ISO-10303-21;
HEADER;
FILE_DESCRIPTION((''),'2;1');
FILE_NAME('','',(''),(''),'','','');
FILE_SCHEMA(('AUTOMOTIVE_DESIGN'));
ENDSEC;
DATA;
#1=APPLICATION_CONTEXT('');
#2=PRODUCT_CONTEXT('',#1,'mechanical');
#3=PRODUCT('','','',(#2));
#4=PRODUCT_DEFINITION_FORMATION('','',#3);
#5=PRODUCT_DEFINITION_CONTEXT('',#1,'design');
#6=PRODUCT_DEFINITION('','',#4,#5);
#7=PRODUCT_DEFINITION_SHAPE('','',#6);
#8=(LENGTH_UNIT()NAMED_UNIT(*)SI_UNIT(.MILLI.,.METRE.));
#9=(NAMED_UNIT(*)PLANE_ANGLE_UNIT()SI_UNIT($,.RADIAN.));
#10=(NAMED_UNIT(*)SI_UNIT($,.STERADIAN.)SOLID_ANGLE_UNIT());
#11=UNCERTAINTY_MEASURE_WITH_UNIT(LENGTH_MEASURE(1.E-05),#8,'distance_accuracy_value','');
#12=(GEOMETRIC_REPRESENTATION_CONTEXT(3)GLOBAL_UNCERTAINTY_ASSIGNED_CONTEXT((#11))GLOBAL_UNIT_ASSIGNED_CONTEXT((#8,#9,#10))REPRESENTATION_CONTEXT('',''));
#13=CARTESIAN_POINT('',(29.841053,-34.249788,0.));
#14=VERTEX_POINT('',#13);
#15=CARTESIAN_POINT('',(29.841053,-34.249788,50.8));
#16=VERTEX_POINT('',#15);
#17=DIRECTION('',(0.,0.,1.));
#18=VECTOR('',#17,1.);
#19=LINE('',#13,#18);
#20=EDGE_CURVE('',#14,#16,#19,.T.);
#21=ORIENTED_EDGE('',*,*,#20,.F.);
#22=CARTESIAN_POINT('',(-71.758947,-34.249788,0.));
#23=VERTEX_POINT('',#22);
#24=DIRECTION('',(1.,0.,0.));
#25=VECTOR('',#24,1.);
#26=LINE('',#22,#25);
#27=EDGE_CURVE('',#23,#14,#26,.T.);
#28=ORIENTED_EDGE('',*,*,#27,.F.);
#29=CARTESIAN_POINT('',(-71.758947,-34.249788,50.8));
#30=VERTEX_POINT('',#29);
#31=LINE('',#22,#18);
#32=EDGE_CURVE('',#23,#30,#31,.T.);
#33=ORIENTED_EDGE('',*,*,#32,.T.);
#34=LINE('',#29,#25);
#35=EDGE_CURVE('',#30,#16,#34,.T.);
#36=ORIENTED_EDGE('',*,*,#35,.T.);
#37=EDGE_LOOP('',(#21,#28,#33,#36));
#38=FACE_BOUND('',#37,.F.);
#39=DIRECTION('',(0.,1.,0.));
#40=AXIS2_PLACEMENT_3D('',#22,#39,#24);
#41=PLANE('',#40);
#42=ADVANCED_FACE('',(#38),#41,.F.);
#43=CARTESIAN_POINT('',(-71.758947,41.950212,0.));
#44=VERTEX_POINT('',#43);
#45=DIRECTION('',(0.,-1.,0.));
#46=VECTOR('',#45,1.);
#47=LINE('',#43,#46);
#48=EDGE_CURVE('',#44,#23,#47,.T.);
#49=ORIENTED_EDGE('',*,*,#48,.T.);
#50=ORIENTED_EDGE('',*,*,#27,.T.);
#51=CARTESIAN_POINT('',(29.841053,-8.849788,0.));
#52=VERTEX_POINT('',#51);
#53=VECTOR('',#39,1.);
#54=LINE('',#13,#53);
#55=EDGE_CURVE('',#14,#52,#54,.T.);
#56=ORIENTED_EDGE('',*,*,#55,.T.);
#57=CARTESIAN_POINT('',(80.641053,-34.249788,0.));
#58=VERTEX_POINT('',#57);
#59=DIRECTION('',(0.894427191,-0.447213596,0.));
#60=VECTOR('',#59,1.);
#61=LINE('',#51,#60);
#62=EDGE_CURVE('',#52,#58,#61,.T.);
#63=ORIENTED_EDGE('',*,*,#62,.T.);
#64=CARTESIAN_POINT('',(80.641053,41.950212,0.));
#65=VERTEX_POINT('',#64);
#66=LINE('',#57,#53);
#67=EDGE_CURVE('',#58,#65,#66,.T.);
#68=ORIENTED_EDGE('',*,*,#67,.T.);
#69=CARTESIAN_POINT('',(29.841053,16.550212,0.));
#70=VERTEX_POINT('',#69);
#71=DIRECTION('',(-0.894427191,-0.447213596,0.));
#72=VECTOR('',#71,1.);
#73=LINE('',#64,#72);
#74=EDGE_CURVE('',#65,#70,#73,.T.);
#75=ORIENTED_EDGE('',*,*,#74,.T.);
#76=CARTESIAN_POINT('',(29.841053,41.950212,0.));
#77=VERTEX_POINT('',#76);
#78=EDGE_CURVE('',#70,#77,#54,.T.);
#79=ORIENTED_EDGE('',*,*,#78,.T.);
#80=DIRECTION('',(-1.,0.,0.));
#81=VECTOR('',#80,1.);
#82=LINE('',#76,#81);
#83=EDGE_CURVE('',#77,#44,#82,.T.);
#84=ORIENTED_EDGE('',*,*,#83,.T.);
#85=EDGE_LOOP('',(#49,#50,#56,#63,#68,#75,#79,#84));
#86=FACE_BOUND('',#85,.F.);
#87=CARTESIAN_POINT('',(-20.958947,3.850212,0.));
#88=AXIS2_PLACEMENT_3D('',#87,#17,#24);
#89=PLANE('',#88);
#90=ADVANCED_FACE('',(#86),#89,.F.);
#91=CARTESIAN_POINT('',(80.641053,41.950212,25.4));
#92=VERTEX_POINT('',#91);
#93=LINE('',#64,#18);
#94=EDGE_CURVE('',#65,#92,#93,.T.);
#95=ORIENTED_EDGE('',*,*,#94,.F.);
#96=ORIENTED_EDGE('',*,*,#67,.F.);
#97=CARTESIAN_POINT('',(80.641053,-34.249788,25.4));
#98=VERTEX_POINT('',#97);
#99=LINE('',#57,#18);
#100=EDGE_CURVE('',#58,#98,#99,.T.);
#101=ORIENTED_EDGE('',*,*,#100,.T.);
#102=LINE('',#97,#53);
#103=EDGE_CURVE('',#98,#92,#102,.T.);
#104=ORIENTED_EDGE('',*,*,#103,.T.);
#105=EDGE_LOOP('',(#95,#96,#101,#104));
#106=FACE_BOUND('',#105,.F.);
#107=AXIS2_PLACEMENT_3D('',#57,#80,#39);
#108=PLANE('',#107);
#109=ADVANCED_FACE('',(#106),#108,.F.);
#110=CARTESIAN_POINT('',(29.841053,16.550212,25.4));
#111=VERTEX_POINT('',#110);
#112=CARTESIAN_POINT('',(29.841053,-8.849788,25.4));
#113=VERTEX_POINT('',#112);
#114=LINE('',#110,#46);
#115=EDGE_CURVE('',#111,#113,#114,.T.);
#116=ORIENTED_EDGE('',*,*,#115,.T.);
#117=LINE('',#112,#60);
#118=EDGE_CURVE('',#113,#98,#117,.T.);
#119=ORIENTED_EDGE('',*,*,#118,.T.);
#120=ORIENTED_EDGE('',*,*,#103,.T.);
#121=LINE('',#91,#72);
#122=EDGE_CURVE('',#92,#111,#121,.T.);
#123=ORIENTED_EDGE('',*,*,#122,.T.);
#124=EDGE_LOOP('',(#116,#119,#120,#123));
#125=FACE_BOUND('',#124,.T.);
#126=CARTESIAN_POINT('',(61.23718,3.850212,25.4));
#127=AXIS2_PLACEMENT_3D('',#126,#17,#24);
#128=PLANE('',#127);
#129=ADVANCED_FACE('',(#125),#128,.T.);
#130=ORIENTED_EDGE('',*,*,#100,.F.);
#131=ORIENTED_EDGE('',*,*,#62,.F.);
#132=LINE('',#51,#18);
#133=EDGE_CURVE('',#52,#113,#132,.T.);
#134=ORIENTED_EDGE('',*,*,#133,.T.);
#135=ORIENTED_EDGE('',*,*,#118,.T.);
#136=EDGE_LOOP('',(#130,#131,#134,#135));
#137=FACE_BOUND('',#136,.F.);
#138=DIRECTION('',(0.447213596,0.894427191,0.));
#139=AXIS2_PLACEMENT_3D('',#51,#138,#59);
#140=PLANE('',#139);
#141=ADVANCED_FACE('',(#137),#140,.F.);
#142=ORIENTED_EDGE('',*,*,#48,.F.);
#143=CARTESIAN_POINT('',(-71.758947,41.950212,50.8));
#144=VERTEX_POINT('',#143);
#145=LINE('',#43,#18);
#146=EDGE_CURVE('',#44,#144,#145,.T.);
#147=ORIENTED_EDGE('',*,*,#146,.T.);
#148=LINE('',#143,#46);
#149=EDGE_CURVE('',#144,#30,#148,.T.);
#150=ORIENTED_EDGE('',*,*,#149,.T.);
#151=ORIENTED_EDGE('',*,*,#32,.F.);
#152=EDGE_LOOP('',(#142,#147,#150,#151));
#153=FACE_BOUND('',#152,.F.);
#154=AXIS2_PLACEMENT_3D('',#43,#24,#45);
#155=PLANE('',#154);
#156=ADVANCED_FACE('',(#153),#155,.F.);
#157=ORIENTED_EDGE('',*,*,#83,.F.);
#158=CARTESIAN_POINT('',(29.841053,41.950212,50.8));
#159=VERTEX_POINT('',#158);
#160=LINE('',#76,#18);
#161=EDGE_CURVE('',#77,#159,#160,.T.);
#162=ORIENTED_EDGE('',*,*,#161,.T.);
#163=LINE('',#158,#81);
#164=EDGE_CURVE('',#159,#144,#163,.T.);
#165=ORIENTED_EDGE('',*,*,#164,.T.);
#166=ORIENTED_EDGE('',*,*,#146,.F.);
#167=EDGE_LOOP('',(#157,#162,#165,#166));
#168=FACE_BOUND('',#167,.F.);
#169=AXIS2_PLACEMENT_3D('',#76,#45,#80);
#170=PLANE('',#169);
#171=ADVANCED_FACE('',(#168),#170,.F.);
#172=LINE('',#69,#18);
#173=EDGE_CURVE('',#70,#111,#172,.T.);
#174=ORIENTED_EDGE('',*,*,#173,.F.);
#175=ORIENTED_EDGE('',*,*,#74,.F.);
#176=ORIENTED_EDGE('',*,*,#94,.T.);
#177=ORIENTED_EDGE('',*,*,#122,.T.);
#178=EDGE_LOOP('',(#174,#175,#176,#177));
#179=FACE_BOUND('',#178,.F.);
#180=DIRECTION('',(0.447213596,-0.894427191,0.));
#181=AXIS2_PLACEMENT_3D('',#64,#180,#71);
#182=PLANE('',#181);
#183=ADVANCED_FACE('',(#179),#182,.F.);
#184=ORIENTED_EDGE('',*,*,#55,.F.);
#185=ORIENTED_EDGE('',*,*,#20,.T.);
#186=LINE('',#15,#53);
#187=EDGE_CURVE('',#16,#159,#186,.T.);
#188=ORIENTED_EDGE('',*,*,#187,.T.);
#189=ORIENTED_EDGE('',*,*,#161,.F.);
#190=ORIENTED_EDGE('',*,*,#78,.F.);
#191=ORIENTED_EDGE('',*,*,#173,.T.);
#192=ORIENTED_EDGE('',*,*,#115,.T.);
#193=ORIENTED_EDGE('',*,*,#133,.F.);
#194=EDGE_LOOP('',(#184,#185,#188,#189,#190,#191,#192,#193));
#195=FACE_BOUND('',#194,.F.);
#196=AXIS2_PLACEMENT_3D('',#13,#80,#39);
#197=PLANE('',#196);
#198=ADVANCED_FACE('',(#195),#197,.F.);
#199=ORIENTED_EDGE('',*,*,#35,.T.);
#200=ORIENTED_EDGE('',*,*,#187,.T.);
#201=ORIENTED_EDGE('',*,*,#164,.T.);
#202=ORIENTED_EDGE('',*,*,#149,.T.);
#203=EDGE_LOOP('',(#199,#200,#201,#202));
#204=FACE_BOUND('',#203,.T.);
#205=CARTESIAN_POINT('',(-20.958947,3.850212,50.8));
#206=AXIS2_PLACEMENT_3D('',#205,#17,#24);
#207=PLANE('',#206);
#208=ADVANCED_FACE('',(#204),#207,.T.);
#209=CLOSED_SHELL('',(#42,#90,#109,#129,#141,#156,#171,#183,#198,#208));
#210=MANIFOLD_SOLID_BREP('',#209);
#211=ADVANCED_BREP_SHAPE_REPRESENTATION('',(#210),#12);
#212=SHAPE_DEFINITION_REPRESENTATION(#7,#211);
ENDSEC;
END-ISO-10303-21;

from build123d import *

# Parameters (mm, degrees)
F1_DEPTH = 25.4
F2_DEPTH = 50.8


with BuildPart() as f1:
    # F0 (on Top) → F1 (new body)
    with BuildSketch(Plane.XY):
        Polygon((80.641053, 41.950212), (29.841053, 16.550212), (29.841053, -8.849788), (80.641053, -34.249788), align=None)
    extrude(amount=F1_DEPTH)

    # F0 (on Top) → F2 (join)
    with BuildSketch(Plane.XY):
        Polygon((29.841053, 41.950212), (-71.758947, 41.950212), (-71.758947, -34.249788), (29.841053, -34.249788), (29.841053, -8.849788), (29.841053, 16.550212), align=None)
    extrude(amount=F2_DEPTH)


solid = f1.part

**ASSIGNMENT:** Where a line in the entries holds "VECTOR", copy that line.

**REPLY TO THE EXERCISE:**
#18=VECTOR('',#17,1.);
#25=VECTOR('',#24,1.);
#46=VECTOR('',#45,1.);
#53=VECTOR('',#39,1.);
#60=VECTOR('',#59,1.);
#72=VECTOR('',#71,1.);
#81=VECTOR('',#80,1.);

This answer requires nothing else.